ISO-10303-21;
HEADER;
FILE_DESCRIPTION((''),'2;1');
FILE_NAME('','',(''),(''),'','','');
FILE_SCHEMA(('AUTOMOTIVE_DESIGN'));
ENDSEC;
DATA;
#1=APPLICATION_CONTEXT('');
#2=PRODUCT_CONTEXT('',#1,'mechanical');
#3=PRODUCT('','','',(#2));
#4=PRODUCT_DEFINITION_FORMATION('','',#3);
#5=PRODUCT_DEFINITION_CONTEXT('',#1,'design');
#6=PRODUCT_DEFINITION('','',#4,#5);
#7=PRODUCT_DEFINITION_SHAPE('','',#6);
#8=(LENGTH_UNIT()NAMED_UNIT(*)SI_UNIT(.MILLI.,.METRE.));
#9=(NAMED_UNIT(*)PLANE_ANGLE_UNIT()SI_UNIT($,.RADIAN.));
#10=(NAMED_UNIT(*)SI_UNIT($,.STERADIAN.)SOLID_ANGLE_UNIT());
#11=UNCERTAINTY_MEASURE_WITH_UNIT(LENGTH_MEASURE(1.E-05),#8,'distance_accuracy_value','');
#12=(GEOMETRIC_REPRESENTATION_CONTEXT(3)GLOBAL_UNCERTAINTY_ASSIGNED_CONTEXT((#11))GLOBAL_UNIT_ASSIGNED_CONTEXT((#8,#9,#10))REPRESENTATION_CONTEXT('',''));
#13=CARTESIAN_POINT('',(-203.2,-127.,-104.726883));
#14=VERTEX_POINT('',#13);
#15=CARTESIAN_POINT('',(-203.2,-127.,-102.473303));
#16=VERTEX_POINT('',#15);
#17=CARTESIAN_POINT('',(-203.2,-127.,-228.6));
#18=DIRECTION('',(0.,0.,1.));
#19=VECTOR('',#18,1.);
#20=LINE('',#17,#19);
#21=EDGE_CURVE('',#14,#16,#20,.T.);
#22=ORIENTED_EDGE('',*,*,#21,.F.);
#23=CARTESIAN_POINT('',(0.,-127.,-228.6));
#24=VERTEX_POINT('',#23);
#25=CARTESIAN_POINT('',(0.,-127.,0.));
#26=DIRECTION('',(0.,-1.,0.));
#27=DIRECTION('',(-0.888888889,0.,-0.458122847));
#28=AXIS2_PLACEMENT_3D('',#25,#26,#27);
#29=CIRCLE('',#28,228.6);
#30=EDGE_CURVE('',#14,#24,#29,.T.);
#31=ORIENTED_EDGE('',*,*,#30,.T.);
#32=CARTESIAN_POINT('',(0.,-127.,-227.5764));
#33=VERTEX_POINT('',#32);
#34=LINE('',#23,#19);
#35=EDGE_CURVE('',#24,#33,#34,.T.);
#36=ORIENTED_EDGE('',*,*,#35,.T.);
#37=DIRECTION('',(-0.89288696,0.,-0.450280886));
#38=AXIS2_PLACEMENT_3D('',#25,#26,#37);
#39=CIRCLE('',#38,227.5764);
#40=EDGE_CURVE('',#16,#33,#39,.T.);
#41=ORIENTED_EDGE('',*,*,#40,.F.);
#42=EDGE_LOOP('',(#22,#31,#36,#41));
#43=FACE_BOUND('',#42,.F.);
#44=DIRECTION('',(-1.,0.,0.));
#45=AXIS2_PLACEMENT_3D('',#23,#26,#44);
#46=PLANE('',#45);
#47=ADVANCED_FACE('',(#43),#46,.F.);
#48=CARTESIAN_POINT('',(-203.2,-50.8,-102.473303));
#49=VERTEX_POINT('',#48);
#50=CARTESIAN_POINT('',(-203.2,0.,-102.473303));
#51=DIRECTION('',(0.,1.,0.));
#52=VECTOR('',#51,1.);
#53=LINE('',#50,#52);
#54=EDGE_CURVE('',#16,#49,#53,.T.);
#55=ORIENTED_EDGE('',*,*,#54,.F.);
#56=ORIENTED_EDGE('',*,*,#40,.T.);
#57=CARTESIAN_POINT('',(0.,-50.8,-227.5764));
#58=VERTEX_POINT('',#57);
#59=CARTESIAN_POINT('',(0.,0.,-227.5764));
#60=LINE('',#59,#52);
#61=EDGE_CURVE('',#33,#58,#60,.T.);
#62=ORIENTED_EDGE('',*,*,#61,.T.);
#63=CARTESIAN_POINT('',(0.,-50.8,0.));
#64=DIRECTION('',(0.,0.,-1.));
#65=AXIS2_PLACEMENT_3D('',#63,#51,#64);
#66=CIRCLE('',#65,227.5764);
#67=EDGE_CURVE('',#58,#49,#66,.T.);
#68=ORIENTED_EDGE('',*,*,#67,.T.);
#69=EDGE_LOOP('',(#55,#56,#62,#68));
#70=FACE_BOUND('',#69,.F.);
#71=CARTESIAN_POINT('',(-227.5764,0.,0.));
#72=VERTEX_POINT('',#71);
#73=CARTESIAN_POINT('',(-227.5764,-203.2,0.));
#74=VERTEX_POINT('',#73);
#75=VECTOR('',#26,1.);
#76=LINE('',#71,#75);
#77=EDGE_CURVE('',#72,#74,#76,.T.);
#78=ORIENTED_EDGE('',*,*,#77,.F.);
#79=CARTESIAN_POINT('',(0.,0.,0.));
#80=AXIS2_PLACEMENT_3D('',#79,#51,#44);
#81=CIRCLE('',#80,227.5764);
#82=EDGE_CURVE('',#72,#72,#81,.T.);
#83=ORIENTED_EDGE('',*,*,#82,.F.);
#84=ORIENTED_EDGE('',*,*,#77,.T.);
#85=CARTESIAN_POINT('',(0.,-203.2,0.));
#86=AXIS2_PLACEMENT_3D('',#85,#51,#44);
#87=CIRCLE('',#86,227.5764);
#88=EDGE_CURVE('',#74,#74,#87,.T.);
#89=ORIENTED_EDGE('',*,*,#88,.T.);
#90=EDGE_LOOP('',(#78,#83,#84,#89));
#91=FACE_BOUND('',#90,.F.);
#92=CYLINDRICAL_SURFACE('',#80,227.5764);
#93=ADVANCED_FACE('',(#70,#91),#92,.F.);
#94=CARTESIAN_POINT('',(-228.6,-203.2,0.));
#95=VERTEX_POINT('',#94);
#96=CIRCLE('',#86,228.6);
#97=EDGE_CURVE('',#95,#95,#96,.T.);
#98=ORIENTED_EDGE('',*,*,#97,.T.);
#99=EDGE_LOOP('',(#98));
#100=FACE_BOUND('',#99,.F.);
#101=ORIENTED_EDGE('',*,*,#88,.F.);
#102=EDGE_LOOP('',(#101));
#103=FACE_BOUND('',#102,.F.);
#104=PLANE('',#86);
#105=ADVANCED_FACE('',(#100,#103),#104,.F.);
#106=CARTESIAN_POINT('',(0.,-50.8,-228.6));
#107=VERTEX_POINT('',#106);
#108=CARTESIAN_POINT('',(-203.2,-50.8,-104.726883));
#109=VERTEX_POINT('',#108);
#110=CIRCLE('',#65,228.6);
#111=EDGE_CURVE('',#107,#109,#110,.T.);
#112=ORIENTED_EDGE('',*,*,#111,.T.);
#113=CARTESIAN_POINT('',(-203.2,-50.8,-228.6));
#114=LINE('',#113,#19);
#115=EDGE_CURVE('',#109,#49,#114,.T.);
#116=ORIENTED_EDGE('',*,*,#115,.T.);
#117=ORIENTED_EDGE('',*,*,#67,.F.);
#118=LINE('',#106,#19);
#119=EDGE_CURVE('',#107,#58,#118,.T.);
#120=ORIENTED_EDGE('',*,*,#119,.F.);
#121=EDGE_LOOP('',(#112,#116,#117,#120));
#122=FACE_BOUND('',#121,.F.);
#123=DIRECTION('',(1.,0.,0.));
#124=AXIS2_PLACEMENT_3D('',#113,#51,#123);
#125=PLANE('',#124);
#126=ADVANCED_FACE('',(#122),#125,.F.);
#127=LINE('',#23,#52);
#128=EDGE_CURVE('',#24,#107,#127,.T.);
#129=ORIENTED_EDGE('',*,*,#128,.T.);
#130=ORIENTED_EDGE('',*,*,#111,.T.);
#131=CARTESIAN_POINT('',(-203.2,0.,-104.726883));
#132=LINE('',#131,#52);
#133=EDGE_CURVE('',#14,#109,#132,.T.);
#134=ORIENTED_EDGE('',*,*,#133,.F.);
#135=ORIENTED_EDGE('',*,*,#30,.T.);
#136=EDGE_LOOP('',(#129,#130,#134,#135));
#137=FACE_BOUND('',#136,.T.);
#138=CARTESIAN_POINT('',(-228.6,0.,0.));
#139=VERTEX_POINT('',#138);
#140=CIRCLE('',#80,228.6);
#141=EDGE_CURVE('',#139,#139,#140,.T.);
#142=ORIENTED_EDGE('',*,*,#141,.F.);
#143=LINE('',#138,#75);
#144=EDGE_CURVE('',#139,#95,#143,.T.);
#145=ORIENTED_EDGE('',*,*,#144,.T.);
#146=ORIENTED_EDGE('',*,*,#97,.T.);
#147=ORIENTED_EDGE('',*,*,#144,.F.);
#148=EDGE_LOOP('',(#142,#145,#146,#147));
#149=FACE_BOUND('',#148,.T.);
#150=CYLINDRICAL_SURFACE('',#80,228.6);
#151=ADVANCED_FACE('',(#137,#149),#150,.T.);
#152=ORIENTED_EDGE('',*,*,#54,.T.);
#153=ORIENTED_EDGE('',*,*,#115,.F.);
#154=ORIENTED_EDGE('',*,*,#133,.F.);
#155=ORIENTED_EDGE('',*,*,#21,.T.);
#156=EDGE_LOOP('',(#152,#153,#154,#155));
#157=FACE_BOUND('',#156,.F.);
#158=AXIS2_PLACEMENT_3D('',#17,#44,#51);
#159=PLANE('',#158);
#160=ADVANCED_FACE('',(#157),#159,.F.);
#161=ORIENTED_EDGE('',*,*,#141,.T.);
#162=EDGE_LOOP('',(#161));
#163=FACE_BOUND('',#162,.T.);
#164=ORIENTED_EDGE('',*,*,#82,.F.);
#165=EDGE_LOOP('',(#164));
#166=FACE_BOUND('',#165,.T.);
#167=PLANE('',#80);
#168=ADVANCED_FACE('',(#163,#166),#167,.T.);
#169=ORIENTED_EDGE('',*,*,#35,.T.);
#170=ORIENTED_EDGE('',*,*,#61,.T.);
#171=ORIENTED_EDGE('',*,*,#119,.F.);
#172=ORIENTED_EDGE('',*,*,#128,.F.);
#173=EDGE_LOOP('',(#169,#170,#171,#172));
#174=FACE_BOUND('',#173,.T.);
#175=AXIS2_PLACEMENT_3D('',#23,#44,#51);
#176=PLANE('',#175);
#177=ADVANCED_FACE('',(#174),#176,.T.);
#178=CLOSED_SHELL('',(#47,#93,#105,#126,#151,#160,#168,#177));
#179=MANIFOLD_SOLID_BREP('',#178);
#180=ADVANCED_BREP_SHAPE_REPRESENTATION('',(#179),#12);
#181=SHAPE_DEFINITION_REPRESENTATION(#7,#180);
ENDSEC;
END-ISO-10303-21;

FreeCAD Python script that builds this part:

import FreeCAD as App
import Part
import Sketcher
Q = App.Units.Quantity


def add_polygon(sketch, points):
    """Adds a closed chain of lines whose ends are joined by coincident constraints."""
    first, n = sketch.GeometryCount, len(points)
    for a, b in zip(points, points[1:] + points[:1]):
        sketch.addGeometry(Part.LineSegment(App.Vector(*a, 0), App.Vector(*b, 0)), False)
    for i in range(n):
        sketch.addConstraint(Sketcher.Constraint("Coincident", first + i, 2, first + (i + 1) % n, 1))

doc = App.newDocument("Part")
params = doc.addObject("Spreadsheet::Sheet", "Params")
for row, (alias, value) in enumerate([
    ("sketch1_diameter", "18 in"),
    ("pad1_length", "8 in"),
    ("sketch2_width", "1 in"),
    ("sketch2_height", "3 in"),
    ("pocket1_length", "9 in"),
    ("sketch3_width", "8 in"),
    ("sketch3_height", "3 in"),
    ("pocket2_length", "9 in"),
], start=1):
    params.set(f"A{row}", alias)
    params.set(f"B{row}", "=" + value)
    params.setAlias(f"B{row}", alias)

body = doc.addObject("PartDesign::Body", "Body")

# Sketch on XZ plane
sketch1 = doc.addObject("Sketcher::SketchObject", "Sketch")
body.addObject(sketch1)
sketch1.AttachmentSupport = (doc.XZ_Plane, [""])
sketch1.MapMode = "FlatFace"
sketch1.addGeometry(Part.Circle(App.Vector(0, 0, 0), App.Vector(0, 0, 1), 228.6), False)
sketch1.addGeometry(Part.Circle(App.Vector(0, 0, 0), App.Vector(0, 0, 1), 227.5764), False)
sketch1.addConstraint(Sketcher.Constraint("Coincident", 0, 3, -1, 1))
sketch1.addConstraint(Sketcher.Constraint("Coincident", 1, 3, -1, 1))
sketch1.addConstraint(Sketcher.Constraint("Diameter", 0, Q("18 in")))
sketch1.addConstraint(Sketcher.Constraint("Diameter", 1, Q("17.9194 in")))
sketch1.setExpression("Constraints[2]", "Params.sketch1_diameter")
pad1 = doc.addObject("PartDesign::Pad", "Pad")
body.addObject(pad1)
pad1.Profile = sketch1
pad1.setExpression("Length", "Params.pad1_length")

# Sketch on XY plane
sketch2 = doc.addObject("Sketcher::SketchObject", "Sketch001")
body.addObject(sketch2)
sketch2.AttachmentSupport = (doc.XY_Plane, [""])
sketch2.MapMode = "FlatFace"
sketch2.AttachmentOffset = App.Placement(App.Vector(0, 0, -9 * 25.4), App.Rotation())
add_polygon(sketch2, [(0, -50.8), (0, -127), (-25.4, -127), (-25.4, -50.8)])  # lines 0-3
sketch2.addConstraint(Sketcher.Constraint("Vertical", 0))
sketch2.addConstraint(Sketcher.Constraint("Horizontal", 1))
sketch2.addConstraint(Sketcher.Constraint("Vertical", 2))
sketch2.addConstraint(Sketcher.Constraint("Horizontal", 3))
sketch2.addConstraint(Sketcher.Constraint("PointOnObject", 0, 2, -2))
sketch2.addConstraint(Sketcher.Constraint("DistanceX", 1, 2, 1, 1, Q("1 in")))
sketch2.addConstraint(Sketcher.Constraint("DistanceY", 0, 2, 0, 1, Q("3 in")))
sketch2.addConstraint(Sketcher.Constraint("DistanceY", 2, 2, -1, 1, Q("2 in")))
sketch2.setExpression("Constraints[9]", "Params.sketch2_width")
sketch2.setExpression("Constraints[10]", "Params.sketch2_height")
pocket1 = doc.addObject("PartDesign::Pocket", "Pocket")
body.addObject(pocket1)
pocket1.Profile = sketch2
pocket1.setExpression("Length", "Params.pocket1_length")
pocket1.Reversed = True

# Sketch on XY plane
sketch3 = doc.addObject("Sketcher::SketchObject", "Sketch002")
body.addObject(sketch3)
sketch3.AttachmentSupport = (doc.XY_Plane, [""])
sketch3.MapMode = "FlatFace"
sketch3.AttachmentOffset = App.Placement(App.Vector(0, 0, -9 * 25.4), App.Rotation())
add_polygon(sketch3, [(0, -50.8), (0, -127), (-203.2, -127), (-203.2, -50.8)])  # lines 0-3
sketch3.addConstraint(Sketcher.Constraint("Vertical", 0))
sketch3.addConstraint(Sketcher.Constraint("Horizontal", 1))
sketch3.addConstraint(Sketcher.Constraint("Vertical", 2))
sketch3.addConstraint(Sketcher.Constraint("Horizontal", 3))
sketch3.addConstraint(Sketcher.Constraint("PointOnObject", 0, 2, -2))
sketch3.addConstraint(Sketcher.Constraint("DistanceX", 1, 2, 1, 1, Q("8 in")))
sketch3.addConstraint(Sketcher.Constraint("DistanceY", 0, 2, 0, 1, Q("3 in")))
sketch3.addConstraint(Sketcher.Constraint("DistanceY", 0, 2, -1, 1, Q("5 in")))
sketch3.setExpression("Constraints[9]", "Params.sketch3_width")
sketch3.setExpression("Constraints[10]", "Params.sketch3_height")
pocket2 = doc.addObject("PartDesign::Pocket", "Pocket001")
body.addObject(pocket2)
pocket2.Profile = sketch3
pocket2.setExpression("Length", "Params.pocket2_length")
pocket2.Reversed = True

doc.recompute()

▶ **Exercise goal**:
Give back, exactly as written, the stretch from the line with "#14=VERTEX_POINT('',#13);" through the line with "#25=CARTESIAN_POINT('',(0.,-127.,0.));", and no other lines from the records above.

▶ **Solution to this task**:
#14=VERTEX_POINT('',#13);
#15=CARTESIAN_POINT('',(-203.2,-127.,-102.473303));
#16=VERTEX_POINT('',#15);
#17=CARTESIAN_POINT('',(-203.2,-127.,-228.6));
#18=DIRECTION('',(0.,0.,1.));
#19=VECTOR('',#18,1.);
#20=LINE('',#17,#19);
#21=EDGE_CURVE('',#14,#16,#20,.T.);
#22=ORIENTED_EDGE('',*,*,#21,.F.);
#23=CARTESIAN_POINT('',(0.,-127.,-228.6));
#24=VERTEX_POINT('',#23);
#25=CARTESIAN_POINT('',(0.,-127.,0.));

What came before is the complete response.